Hey I am having difficulties with this problem, can anyone help please?
Let Y1, Y2,...,Yn be independent, uniformly distributed random variables on the interval [0, θ]. Find the joint density function of Y(j) and Y(k) where j and k are integers 1≤ j < k ≤ n. Find V(Y(k) - Y(j)), the variance of the difference between two order statistics.
Feb 11th 2010, 03:16 PM
FIRST obtain the joint density of the random variables.
You will need f(x) and F(X).
But then to find the variance between the two order statistics I don't now how to do..
Feb 13th 2010, 02:55 PM
It would be nice if you wrote this in tex.
I won't read the math otherwise.
To get the variance you have two options.
You can transform the random variables.
Let R=Y(k)-Y(j), W= either one you wish.
Then integrate out W and you have R, which I call your range.

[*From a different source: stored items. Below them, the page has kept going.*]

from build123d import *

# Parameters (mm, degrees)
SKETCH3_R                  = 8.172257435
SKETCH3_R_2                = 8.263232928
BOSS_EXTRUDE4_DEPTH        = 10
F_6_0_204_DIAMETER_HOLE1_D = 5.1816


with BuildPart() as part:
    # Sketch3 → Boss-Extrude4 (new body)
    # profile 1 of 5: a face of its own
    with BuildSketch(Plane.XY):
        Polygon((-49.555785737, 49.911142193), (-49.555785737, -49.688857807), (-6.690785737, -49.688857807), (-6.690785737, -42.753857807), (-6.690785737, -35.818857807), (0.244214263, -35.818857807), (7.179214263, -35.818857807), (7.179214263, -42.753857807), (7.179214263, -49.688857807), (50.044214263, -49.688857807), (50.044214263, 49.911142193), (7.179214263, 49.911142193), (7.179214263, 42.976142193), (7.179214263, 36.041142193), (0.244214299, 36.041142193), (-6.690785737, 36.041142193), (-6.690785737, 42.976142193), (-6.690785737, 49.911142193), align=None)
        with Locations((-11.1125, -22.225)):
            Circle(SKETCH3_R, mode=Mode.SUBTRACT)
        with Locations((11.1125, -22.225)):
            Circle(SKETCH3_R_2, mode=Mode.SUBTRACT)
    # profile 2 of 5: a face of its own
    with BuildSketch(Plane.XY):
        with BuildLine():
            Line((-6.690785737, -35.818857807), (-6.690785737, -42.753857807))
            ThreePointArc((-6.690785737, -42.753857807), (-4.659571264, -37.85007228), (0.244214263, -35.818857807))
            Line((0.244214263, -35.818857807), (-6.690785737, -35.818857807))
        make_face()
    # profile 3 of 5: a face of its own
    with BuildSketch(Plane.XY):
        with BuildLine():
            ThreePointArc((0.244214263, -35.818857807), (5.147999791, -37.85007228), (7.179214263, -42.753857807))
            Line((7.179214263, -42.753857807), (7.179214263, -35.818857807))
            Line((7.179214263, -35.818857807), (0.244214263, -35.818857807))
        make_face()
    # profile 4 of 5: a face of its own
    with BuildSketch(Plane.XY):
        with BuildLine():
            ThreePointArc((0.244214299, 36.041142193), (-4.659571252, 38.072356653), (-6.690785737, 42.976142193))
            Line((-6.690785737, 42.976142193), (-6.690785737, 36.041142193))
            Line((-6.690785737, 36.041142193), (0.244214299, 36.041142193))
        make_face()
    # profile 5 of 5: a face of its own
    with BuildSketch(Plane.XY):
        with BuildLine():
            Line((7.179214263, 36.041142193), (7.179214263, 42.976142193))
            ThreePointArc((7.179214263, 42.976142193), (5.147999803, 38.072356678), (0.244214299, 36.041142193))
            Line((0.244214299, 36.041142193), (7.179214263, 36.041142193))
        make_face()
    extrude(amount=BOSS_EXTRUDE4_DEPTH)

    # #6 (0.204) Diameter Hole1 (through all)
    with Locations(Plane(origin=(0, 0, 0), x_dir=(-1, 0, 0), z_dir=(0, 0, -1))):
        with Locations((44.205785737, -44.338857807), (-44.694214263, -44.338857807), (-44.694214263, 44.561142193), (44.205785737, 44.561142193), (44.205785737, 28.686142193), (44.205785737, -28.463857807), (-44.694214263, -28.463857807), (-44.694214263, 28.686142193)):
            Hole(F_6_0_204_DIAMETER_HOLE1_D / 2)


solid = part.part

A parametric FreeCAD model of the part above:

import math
import FreeCAD as App
import Part
import Sketcher

doc = App.newDocument("Part")
body = doc.addObject("PartDesign::Body", "Body")

# Sketch on XY plane
sketch1 = body.newObject("Sketcher::SketchObject", "Sketch")
sketch1.AttachmentSupport = (doc.getObject("XY_Plane"), [""])
sketch1.MapMode = "FlatFace"
sketch1.addGeometry([
    Part.LineSegment(App.Vector(-49.555786, 49.911142, 0), App.Vector(-49.555786, -49.688858, 0)),  # 0
    Part.LineSegment(App.Vector(-49.555786, -49.688858, 0), App.Vector(-6.690786, -49.688858, 0)),  # 1
    Part.LineSegment(App.Vector(-6.690786, -49.688858, 0), App.Vector(-6.690786, -42.753858, 0)),  # 2
    Part.ArcOfCircle(Part.Circle(App.Vector(0.244214, -42.753858, 0), App.Vector(0, 0, 1), 6.935), math.radians(90), math.radians(180)),  # 3
    Part.ArcOfCircle(Part.Circle(App.Vector(0.244214, -42.753858, 0), App.Vector(0, 0, 1), 6.935), math.radians(0), math.radians(90)),  # 4
    Part.LineSegment(App.Vector(7.179214, -42.753858, 0), App.Vector(7.179214, -49.688858, 0)),  # 5
    Part.LineSegment(App.Vector(7.179214, -49.688858, 0), App.Vector(50.044214, -49.688858, 0)),  # 6
    Part.LineSegment(App.Vector(50.044214, -49.688858, 0), App.Vector(50.044214, 49.911142, 0)),  # 7
    Part.LineSegment(App.Vector(50.044214, 49.911142, 0), App.Vector(7.179214, 49.911142, 0)),  # 8
    Part.LineSegment(App.Vector(7.179214, 49.911142, 0), App.Vector(7.179214, 42.976142, 0)),  # 9
    Part.ArcOfCircle(Part.Circle(App.Vector(0.244214, 42.976142, 0), App.Vector(0, 0, 1), 6.935), math.radians(-90), math.radians(0)),  # 10
    Part.ArcOfCircle(Part.Circle(App.Vector(0.244214, 42.976142, 0), App.Vector(0, 0, 1), 6.935), math.radians(180), math.radians(270)),  # 11
    Part.LineSegment(App.Vector(-6.690786, 42.976142, 0), App.Vector(-6.690786, 49.911142, 0)),  # 12
    Part.LineSegment(App.Vector(-6.690786, 49.911142, 0), App.Vector(-49.555786, 49.911142, 0)),  # 13
    Part.Circle(App.Vector(-11.1125, -22.225, 0), App.Vector(0, 0, 1), 8.172257),  # 14
    Part.Circle(App.Vector(11.1125, -22.225, 0), App.Vector(0, 0, 1), 8.263233),  # 15
], False)
sketch1.addConstraint([
    Sketcher.Constraint("Coincident", 0, 2, 1, 1),
    Sketcher.Constraint("Coincident", 1, 2, 2, 1),
    Sketcher.Constraint("Tangent", 2, 2, 3, 2),
    Sketcher.Constraint("Tangent", 3, 1, 4, 2),
    Sketcher.Constraint("Tangent", 4, 1, 5, 1),
    Sketcher.Constraint("Coincident", 5, 2, 6, 1),
    Sketcher.Constraint("Coincident", 6, 2, 7, 1),
    Sketcher.Constraint("Coincident", 7, 2, 8, 1),
    Sketcher.Constraint("Coincident", 8, 2, 9, 1),
    Sketcher.Constraint("Tangent", 9, 2, 10, 2),
    Sketcher.Constraint("Tangent", 10, 1, 11, 2),
    Sketcher.Constraint("Tangent", 11, 1, 12, 1),
    Sketcher.Constraint("Coincident", 12, 2, 13, 1),
    Sketcher.Constraint("Coincident", 13, 2, 0, 1),
    Sketcher.Constraint("Vertical", 0),
    Sketcher.Constraint("Horizontal", 1),
    Sketcher.Constraint("Vertical", 2),
    Sketcher.Constraint("Vertical", 5),
    Sketcher.Constraint("Horizontal", 6),
    Sketcher.Constraint("Vertical", 7),
    Sketcher.Constraint("Horizontal", 8),
    Sketcher.Constraint("Vertical", 9),
    Sketcher.Constraint("Vertical", 12),
    Sketcher.Constraint("Horizontal", 13),
    Sketcher.Constraint("Equal", 3, 4),
    Sketcher.Constraint("Equal", 4, 10),
    Sketcher.Constraint("Equal", 10, 11),
    Sketcher.Constraint("Symmetric", 14, 3, 15, 3, -2),
    Sketcher.Constraint("Horizontal", 1, 2, 5, 2),
    Sketcher.Constraint("Horizontal", 8, 2, 12, 2),
    Sketcher.Constraint("Vertical", 4, 3, 10, 3),
    Sketcher.Constraint("Vertical", 11, 3, 3, 1),
    Sketcher.Constraint("Vertical", 3, 1, 10, 1),
    Sketcher.Constraint("Equal", 1, 6),
    Sketcher.Constraint("Equal", 5, 9),
    Sketcher.Constraint("DistanceY", 0, 2, 0, 1, 99.6),
    Sketcher.Constraint("Radius", 3, 6.935),
    Sketcher.Constraint("DistanceX", 0, 2, 4, 3, 49.8),
    Sketcher.Constraint("DistanceY", 2, 1, 2, 2, 6.935),
    Sketcher.Constraint("Diameter", 14, 16.344515),
    Sketcher.Constraint("Diameter", 15, 16.526466),
    Sketcher.Constraint("DistanceY", 14, 3, -1, 1, 22.225),
    Sketcher.Constraint("DistanceX", 14, 3, 15, 3, 22.225),
    Sketcher.Constraint("DistanceX", -1, 1, 3, 3, 0.244214),
    Sketcher.Constraint("DistanceY", 3, 3, -1, 1, 42.753858),
])
pad1 = body.newObject("PartDesign::Pad", "Pad")
pad1.Profile = sketch1
pad1.Length = 10

# Sketch on XY plane
sketch2 = body.newObject("Sketcher::SketchObject", "Sketch001")
sketch2.AttachmentSupport = (doc.getObject("XY_Plane"), [""])
sketch2.MapMode = "FlatFace"
sketch2.addGeometry([
    Part.Circle(App.Vector(-44.205786, -44.338858, 0), App.Vector(0, 0, 1), 2.5908),  # 0
    Part.Circle(App.Vector(44.694214, -44.338858, 0), App.Vector(0, 0, 1), 2.5908),  # 1
    Part.Circle(App.Vector(44.694214, 44.561142, 0), App.Vector(0, 0, 1), 2.5908),  # 2
    Part.Circle(App.Vector(-44.205786, 44.561142, 0), App.Vector(0, 0, 1), 2.5908),  # 3
    Part.Circle(App.Vector(-44.205786, 28.686142, 0), App.Vector(0, 0, 1), 2.5908),  # 4
    Part.Circle(App.Vector(-44.205786, -28.463858, 0), App.Vector(0, 0, 1), 2.5908),  # 5
    Part.Circle(App.Vector(44.694214, -28.463858, 0), App.Vector(0, 0, 1), 2.5908),  # 6
    Part.Circle(App.Vector(44.694214, 28.686142, 0), App.Vector(0, 0, 1), 2.5908),  # 7
], False)
sketch2.addConstraint([
    Sketcher.Constraint("Equal", 0, 1),
    Sketcher.Constraint("Equal", 1, 2),
    Sketcher.Constraint("Equal", 2, 3),
    Sketcher.Constraint("Equal", 3, 4),
    Sketcher.Constraint("Equal", 4, 5),
    Sketcher.Constraint("Equal", 5, 6),
    Sketcher.Constraint("Equal", 6, 7),
    Sketcher.Constraint("Horizontal", 0, 3, 1, 3),
    Sketcher.Constraint("Horizontal", 2, 3, 3, 3),
    Sketcher.Constraint("Horizontal", 5, 3, 6, 3),
    Sketcher.Constraint("Horizontal", 4, 3, 7, 3),
    Sketcher.Constraint("Vertical", 1, 3, 2, 3),
    Sketcher.Constraint("Vertical", 0, 3, 3, 3),
    Sketcher.Constraint("Vertical", 3, 3, 4, 3),
    Sketcher.Constraint("Vertical", 4, 3, 5, 3),
    Sketcher.Constraint("Vertical", 2, 3, 6, 3),
    Sketcher.Constraint("Vertical", 6, 3, 7, 3),
    Sketcher.Constraint("Diameter", 0, 5.1816),
    Sketcher.Constraint("DistanceX", 0, 3, 1, 3, 88.9),
    Sketcher.Constraint("DistanceY", 1, 3, 2, 3, 88.9),
    Sketcher.Constraint("DistanceY", 5, 3, 4, 3, 57.15),
    Sketcher.Constraint("DistanceY", 4, 3, 3, 3, 15.875),
    Sketcher.Constraint("DistanceX", 0, 3, -1, 1, 44.205786),
    Sketcher.Constraint("DistanceY", 0, 3, -1, 1, 44.338858),
])
doc.recompute()
hole = body.newObject("PartDesign::Hole", "Hole")
hole.Profile = sketch2
hole.ThreadType = "None"
hole.Diameter = 5.1816
hole.DepthType = "ThroughAll"
hole.Reversed = True

doc.recompute()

Then get the variance of R.
The second way is easier.
Just compute V(Y(k))-2Cov(Y(k),Y(j))+V(Y(j)).
NOTE that if you take these rvs and divide by theta, I believe you get Beta's.
Feb 13th 2010, 03:01 PM
Sorry I don't know how to do it..
Thanks for the information for the variances! I'm going to retry the problem
Feb 13th 2010, 03:30 PM
HIT the quote button to see how people type in TeX.
Then you can cut and paste long expressions.
Feb 14th 2010, 05:38 AM
But once you find the joint distribution, how do you integrate .
Feb 15th 2010, 10:25 PM
That's just basic probability.
It's the double integral with those two variables and their joint density.